Stored data

####################

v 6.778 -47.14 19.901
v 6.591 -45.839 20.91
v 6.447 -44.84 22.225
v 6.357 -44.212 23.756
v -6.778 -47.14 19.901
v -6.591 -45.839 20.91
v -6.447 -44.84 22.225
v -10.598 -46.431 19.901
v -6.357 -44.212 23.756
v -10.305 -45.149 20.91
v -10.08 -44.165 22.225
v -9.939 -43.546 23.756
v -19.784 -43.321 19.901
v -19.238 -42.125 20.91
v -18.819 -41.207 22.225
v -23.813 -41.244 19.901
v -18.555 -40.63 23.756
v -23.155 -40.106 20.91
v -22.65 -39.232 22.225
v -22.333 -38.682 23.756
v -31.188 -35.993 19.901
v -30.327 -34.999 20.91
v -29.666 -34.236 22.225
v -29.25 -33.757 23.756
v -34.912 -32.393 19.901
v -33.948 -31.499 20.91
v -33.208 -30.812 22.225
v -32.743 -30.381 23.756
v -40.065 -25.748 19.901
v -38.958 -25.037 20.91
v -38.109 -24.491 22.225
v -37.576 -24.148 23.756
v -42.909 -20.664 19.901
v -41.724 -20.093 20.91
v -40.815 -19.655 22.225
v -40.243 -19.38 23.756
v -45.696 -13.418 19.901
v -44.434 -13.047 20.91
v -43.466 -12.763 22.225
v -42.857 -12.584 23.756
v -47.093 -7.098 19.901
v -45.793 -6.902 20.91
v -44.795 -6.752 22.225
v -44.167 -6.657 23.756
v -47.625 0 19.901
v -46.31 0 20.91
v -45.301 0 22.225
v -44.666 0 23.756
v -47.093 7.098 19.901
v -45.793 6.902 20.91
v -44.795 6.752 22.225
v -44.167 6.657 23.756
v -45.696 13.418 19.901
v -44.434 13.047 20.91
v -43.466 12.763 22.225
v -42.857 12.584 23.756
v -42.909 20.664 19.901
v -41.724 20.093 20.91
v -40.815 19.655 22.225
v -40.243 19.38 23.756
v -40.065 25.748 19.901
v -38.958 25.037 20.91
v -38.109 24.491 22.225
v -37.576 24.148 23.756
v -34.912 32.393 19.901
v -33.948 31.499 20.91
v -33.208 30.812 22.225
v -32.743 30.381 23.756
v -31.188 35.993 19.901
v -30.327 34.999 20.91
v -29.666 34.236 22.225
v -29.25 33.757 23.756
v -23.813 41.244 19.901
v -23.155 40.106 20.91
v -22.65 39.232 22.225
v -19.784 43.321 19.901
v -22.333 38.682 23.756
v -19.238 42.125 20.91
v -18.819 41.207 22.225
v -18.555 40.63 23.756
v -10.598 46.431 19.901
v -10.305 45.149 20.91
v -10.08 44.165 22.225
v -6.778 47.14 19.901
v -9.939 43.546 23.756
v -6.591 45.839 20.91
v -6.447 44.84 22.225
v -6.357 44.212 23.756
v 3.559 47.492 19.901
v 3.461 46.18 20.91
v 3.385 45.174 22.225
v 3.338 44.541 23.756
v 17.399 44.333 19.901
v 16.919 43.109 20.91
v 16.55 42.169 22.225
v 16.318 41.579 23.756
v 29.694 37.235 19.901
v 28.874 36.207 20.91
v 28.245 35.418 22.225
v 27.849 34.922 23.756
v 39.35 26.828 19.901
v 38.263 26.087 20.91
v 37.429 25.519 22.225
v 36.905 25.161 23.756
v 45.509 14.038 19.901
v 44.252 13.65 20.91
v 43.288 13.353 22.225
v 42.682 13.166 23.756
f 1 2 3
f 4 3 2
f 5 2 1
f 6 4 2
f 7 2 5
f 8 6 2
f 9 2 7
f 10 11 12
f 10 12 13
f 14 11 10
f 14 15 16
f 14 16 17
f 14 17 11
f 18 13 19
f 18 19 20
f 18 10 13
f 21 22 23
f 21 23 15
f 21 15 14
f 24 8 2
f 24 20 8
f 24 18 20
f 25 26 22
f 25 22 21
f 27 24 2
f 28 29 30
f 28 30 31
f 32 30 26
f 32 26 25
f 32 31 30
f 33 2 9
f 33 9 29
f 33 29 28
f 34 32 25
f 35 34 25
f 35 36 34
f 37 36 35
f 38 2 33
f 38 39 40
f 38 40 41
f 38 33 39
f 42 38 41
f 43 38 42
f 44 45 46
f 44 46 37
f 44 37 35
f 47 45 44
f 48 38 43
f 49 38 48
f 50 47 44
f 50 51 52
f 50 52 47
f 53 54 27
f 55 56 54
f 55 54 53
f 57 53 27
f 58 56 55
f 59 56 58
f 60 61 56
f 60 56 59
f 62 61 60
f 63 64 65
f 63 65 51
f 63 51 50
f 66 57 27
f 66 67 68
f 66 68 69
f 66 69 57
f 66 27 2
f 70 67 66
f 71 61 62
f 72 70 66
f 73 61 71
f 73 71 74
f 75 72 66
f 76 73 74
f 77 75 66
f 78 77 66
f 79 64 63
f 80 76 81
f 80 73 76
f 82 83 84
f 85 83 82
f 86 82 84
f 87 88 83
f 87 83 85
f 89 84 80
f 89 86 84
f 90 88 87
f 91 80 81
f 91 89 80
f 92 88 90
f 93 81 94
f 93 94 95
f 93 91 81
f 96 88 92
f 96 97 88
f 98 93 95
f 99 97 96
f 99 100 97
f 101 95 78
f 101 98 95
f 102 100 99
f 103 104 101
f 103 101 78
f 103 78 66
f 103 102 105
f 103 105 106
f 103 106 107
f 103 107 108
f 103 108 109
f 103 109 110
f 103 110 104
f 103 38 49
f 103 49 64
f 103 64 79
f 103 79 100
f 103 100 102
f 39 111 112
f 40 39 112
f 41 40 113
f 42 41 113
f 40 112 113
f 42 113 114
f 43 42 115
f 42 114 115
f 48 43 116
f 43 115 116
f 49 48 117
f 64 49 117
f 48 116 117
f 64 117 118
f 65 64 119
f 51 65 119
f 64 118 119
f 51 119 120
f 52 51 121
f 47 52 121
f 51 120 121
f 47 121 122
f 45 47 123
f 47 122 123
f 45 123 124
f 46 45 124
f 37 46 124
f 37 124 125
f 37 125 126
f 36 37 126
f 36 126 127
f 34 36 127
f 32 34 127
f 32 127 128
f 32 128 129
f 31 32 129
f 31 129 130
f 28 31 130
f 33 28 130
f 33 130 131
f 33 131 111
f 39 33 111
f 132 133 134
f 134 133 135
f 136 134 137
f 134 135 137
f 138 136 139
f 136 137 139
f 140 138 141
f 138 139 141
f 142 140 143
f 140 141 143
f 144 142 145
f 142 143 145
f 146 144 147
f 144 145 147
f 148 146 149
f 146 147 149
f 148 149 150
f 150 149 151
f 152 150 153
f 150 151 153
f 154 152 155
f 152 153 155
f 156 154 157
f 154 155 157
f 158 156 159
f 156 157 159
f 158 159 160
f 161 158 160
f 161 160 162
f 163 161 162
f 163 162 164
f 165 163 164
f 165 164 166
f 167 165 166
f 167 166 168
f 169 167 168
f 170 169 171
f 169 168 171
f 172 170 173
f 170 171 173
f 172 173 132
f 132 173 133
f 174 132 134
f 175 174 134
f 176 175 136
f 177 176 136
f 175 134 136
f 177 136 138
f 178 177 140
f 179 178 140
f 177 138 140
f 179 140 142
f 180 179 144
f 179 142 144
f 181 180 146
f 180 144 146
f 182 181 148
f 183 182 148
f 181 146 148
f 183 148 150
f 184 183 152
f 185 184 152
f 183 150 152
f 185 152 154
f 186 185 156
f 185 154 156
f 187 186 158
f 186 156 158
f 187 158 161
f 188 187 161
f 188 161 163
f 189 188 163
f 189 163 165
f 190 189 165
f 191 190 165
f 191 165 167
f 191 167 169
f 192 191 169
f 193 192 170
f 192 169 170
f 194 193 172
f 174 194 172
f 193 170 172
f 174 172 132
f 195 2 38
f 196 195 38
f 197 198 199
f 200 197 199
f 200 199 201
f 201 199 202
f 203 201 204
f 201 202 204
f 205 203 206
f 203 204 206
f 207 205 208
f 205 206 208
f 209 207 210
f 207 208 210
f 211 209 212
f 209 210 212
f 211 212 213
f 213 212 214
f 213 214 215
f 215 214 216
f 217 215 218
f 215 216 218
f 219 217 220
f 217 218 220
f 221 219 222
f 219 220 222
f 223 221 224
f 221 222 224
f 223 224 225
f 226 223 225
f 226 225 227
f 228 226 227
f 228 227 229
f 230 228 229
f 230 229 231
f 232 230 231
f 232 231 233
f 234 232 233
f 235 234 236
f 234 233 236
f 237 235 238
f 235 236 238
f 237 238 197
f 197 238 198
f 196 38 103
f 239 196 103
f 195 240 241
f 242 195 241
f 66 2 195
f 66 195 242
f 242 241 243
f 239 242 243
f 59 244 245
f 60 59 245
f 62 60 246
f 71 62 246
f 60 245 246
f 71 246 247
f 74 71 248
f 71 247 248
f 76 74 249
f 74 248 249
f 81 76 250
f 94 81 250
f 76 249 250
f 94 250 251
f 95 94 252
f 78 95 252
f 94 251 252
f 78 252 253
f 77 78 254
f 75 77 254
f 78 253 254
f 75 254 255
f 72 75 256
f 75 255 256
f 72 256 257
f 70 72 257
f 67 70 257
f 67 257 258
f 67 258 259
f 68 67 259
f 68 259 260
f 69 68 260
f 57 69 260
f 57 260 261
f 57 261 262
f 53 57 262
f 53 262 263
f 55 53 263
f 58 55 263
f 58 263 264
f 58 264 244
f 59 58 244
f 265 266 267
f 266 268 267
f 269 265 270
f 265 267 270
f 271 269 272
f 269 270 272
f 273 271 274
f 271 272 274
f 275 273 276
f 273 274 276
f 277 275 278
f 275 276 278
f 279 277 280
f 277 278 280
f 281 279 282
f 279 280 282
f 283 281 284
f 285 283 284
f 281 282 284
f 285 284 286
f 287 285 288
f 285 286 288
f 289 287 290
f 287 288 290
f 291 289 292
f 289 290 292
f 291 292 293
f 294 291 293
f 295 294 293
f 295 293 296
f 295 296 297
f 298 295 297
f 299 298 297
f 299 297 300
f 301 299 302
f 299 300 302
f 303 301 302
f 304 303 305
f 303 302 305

####################

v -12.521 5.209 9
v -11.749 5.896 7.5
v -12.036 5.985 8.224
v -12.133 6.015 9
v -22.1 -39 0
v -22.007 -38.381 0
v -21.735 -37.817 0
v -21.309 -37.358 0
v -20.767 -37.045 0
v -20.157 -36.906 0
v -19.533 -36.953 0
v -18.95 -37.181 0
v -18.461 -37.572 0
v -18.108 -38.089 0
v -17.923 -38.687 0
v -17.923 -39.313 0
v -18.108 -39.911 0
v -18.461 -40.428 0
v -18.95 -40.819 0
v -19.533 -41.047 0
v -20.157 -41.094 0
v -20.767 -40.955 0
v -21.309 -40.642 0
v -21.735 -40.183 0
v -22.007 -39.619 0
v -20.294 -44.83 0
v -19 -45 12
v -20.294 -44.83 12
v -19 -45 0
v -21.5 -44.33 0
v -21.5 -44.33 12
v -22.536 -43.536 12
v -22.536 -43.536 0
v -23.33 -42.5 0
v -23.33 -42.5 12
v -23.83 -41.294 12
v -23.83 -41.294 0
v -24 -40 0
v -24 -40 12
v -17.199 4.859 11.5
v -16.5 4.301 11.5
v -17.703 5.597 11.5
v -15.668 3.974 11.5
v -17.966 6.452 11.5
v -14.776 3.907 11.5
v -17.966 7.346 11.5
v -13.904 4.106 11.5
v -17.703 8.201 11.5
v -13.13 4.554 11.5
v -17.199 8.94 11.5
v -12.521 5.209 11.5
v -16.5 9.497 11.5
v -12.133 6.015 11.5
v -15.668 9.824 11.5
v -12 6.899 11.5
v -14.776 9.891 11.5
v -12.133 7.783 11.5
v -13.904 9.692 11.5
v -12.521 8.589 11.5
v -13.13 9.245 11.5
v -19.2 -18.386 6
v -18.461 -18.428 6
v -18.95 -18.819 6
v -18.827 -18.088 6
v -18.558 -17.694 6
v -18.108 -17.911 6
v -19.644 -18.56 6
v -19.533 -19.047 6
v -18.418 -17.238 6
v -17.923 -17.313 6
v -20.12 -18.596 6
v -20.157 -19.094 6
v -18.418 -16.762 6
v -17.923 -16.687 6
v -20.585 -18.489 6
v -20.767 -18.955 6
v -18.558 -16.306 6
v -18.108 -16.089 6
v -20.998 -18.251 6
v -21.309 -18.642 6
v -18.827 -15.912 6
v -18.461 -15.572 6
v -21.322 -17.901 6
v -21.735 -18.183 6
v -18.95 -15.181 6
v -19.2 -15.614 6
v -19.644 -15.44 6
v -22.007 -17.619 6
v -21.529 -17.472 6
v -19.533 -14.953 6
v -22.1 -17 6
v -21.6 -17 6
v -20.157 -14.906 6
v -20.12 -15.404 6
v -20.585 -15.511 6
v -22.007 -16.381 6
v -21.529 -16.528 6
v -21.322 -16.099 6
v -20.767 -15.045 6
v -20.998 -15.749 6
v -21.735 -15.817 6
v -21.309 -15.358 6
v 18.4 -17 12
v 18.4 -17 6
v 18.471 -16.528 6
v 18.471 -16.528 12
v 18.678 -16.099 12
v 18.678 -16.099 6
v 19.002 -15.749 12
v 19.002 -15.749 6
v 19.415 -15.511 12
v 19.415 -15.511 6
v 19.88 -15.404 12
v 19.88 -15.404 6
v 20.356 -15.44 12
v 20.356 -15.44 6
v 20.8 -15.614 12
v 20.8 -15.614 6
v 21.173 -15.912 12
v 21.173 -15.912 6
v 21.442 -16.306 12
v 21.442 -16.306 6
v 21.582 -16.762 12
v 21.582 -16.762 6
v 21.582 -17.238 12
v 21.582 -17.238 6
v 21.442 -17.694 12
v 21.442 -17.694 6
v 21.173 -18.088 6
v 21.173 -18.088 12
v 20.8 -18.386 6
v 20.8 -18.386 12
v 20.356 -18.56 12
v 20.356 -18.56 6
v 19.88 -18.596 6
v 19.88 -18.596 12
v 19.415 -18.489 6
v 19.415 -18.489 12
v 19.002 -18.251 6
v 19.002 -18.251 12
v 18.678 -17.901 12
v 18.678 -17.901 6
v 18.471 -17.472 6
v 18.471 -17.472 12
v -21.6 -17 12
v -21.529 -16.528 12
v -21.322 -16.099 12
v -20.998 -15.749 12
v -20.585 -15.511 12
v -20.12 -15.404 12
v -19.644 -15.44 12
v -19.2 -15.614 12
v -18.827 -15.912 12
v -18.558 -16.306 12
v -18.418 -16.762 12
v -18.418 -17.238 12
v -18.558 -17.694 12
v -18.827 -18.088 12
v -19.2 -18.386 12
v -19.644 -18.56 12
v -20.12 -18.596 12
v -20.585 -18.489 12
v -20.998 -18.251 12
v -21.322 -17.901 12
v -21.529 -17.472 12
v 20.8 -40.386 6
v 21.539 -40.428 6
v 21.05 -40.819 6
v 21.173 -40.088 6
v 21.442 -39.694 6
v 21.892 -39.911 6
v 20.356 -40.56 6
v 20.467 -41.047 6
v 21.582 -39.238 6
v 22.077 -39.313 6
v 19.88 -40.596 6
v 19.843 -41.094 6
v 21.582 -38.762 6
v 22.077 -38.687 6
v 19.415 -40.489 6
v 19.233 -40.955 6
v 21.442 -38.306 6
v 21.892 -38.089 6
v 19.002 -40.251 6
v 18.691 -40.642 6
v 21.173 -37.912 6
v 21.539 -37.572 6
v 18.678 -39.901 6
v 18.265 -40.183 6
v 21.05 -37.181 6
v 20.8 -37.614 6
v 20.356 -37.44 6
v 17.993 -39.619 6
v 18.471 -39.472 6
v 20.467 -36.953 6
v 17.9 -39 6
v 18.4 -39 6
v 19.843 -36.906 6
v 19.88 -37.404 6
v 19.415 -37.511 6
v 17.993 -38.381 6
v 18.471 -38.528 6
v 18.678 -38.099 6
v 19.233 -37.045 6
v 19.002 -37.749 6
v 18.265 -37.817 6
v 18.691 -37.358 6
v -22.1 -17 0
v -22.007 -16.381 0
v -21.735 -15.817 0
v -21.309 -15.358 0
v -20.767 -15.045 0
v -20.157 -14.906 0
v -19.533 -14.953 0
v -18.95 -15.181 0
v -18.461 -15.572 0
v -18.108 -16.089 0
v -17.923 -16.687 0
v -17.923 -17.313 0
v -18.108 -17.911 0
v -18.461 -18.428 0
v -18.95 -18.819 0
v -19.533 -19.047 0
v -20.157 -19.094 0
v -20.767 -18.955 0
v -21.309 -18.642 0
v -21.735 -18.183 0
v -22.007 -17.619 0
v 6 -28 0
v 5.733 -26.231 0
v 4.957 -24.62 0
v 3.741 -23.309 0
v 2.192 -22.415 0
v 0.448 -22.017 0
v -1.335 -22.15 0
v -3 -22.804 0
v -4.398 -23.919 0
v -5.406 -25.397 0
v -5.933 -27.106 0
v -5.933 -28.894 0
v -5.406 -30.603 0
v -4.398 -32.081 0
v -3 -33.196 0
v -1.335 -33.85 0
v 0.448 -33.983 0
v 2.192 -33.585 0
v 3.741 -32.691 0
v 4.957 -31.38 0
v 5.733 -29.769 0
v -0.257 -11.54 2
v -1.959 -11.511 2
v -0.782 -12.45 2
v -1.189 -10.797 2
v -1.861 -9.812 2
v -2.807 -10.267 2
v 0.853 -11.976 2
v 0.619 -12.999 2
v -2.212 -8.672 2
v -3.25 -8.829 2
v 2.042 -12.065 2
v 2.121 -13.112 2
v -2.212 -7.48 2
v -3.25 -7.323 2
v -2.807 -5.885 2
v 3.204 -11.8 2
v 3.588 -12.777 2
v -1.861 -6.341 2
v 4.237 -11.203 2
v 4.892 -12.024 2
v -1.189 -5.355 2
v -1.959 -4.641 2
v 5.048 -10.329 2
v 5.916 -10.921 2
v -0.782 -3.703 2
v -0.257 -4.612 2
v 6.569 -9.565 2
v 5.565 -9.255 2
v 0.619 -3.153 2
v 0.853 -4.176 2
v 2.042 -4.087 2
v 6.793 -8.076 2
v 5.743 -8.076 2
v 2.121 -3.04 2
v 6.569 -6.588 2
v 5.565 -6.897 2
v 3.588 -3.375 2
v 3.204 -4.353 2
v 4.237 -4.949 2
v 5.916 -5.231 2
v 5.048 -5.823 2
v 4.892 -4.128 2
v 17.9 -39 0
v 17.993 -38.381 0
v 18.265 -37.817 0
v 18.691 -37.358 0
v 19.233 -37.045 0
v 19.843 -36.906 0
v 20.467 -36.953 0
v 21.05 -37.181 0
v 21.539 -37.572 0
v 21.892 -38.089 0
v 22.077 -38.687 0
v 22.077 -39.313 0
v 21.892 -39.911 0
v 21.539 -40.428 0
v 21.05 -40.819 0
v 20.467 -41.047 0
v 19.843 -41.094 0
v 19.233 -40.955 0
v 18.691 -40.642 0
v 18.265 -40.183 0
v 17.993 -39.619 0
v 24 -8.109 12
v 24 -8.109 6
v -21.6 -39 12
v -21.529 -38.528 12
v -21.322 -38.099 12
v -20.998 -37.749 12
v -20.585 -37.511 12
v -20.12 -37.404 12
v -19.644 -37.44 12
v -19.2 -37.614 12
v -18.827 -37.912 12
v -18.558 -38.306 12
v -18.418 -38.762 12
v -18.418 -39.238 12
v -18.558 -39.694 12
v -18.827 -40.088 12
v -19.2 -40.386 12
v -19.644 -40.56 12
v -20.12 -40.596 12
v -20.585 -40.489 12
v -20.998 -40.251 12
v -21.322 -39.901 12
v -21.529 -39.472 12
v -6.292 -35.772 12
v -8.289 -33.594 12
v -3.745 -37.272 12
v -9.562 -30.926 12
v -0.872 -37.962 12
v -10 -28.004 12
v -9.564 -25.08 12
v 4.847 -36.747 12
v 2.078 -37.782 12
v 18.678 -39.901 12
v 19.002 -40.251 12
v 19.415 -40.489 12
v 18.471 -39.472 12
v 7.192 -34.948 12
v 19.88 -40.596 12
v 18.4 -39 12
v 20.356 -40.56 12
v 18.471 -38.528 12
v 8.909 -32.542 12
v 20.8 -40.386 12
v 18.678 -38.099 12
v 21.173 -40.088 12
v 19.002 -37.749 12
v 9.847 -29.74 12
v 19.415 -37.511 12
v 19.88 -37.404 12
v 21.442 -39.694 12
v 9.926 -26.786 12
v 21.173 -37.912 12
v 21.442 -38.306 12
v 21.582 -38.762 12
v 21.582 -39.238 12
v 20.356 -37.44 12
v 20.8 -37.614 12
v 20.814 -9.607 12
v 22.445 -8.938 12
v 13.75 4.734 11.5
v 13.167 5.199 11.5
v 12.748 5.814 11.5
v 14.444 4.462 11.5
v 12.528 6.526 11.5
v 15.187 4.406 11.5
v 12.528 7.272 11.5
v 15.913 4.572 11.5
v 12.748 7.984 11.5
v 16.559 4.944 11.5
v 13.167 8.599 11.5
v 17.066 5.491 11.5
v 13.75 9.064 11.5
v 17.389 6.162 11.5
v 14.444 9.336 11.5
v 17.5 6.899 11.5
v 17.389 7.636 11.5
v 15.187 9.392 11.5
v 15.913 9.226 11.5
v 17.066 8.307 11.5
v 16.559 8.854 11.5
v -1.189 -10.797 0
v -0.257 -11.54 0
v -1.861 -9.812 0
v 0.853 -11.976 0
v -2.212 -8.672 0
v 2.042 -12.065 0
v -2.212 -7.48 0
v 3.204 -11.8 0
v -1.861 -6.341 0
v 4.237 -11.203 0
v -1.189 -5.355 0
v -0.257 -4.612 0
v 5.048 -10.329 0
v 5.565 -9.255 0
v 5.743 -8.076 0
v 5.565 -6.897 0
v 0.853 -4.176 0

####################

> **Task to carry out**
When you reach the line containing "v -20.998 -18.251 12" in the data above, start copying exactly, and stop after the line containing "v 19.843 -41.094 6".

> **Your solution**
v -20.998 -18.251 12
v -21.322 -17.901 12
v -21.529 -17.472 12
v 20.8 -40.386 6
v 21.539 -40.428 6
v 21.05 -40.819 6
v 21.173 -40.088 6
v 21.442 -39.694 6
v 21.892 -39.911 6
v 20.356 -40.56 6
v 20.467 -41.047 6
v 21.582 -39.238 6
v 22.077 -39.313 6
v 19.88 -40.596 6
v 19.843 -41.094 6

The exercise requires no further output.